___ SOURCE MATERIAL

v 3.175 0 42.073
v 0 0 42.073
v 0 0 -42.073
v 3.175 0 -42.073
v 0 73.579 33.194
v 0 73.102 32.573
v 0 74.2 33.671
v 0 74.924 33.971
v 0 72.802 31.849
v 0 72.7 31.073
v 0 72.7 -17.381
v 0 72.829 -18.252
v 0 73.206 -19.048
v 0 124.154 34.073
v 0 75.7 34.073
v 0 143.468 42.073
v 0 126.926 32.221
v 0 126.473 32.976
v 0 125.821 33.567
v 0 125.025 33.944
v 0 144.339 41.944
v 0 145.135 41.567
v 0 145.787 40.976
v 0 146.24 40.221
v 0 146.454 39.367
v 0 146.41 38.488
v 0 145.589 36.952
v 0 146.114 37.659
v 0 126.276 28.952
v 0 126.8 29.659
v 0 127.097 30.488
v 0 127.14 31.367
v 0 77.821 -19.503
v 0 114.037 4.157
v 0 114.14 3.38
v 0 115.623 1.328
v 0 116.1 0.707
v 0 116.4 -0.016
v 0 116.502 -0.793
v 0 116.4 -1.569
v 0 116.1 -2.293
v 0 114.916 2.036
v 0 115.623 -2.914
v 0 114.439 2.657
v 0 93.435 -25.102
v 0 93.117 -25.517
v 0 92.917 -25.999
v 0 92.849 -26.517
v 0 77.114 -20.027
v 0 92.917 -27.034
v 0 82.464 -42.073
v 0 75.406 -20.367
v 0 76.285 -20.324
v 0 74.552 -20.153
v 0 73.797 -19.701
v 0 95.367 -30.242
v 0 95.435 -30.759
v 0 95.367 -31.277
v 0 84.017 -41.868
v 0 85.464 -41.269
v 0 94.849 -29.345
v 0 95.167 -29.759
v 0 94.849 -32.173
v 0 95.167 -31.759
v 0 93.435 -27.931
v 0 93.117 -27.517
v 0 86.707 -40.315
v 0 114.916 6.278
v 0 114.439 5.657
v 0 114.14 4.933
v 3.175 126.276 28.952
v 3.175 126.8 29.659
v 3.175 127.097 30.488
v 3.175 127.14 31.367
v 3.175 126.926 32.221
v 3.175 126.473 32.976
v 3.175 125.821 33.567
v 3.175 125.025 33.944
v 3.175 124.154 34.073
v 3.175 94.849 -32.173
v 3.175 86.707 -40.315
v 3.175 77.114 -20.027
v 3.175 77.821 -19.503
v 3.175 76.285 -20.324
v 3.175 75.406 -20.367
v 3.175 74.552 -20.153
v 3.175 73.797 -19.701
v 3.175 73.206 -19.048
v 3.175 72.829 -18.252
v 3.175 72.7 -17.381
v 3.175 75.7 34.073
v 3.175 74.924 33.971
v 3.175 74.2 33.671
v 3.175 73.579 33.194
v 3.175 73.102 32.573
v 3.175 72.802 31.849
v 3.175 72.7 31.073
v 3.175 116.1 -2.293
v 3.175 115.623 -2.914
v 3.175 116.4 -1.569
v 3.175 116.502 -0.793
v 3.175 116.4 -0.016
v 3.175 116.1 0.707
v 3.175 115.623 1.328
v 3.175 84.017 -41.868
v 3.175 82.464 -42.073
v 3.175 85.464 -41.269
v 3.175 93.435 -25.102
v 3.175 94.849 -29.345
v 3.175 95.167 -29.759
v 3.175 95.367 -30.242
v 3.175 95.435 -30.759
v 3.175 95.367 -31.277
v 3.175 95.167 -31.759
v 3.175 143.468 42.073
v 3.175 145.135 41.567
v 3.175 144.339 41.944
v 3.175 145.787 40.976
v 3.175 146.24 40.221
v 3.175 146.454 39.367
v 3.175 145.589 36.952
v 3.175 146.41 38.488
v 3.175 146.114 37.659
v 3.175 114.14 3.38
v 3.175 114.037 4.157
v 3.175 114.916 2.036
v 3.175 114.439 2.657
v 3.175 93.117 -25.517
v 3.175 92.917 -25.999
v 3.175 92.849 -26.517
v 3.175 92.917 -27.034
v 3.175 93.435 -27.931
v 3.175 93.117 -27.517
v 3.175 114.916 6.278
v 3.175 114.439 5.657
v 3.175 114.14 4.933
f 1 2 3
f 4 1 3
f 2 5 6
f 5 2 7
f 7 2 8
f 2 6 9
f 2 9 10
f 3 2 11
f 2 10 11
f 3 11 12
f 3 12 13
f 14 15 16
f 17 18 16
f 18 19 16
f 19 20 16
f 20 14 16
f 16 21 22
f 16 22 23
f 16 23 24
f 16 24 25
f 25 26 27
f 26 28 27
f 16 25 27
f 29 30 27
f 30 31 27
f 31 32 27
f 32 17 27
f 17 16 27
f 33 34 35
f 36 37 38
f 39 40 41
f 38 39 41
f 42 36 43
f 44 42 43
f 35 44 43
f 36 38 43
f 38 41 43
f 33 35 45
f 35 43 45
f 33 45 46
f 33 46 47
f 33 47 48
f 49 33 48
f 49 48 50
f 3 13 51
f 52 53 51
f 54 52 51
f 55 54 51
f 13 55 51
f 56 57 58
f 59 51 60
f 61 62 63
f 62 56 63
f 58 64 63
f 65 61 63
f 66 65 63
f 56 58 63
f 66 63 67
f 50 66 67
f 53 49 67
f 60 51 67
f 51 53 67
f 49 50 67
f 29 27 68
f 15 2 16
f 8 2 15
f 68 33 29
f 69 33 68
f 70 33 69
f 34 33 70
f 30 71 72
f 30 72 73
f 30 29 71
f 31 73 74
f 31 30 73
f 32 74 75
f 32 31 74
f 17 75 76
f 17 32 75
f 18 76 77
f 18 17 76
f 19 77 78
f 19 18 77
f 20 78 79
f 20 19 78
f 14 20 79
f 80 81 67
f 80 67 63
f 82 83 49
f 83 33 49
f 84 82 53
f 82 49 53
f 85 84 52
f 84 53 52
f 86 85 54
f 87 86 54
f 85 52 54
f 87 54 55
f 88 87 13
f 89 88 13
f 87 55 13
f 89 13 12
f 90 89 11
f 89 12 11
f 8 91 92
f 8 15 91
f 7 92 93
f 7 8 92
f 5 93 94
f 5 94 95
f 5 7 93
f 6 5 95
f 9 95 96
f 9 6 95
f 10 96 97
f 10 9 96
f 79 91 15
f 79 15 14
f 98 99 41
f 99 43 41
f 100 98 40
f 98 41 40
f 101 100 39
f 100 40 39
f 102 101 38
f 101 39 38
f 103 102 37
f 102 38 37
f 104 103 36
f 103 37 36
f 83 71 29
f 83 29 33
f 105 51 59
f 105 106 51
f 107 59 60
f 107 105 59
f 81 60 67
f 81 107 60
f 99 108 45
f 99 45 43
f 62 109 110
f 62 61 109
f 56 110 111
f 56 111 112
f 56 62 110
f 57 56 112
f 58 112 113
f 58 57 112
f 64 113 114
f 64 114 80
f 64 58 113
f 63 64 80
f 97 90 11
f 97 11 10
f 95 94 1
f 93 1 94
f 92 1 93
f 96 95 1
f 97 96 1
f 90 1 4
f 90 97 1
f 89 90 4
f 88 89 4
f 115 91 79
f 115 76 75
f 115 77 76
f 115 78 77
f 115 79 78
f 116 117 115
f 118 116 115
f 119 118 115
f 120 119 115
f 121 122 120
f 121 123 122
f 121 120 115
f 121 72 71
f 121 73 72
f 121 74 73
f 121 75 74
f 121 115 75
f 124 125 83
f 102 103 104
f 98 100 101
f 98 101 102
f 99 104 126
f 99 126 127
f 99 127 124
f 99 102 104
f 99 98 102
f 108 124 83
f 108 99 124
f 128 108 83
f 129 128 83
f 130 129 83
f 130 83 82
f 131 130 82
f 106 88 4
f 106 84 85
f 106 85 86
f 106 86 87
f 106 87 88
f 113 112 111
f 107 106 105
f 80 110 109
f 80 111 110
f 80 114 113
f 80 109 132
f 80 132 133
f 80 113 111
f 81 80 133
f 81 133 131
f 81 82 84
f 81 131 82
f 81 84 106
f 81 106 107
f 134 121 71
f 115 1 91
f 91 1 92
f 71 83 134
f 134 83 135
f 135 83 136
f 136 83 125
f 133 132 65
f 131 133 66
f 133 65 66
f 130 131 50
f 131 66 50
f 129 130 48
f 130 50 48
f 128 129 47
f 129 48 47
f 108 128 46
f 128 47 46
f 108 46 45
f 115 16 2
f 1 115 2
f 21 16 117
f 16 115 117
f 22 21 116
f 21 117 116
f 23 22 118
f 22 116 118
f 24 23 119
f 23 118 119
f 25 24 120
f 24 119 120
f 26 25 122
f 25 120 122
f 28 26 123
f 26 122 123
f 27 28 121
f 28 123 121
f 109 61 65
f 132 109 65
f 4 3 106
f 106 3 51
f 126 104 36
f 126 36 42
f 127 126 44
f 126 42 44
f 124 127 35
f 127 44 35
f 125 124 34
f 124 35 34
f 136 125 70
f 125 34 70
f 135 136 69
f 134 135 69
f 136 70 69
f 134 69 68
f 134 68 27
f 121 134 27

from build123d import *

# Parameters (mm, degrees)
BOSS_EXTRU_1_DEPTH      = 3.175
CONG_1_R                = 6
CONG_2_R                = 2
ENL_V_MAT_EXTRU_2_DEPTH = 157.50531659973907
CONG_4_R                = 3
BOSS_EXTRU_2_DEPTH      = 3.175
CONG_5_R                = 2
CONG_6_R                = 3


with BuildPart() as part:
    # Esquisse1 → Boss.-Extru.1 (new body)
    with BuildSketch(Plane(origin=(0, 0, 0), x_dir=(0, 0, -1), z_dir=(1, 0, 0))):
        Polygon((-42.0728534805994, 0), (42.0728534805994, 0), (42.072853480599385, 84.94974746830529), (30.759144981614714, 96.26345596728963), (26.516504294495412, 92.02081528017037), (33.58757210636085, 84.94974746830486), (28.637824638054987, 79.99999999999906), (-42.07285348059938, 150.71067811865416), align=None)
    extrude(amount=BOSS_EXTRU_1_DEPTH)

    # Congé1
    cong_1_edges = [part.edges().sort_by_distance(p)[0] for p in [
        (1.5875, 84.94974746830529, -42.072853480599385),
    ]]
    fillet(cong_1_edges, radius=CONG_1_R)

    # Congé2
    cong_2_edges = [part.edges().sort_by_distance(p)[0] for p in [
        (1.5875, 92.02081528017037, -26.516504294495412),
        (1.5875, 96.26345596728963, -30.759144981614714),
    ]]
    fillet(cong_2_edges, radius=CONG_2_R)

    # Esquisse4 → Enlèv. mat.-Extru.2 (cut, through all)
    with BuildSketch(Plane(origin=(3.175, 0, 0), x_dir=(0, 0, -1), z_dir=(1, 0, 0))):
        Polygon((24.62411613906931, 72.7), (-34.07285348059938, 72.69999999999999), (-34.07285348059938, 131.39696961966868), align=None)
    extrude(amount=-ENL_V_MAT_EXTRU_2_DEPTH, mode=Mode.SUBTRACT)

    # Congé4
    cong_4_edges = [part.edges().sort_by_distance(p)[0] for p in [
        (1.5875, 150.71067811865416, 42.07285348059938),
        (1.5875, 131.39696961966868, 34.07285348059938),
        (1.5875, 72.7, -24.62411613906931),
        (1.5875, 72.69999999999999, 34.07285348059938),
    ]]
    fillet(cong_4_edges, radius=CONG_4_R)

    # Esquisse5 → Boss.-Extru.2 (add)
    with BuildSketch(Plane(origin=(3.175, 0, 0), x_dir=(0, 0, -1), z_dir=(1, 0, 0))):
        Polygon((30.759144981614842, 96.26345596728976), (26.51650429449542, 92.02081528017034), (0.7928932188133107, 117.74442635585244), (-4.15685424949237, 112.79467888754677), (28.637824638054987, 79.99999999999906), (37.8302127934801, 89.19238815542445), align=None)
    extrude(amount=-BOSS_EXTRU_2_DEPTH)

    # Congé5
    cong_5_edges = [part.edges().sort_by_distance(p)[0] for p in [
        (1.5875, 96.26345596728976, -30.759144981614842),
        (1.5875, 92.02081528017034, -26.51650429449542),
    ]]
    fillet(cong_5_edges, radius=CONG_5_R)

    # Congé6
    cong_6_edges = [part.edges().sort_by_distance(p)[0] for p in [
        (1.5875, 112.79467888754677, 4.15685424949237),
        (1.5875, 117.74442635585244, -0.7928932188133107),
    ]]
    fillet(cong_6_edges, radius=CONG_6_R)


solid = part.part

______

* YOUR OBJECTIVE
Only the lines above from the line with "f 116 117 115" to the line with "f 99 102 104", those two lines included, should be reproduced exactly.

* RESPONSE TO THIS TASK
f 116 117 115
f 118 116 115
f 119 118 115
f 120 119 115
f 121 122 120
f 121 123 122
f 121 120 115
f 121 72 71
f 121 73 72
f 121 74 73
f 121 75 74
f 121 115 75
f 124 125 83
f 102 103 104
f 98 100 101
f 98 101 102
f 99 104 126
f 99 126 127
f 99 127 124
f 99 102 104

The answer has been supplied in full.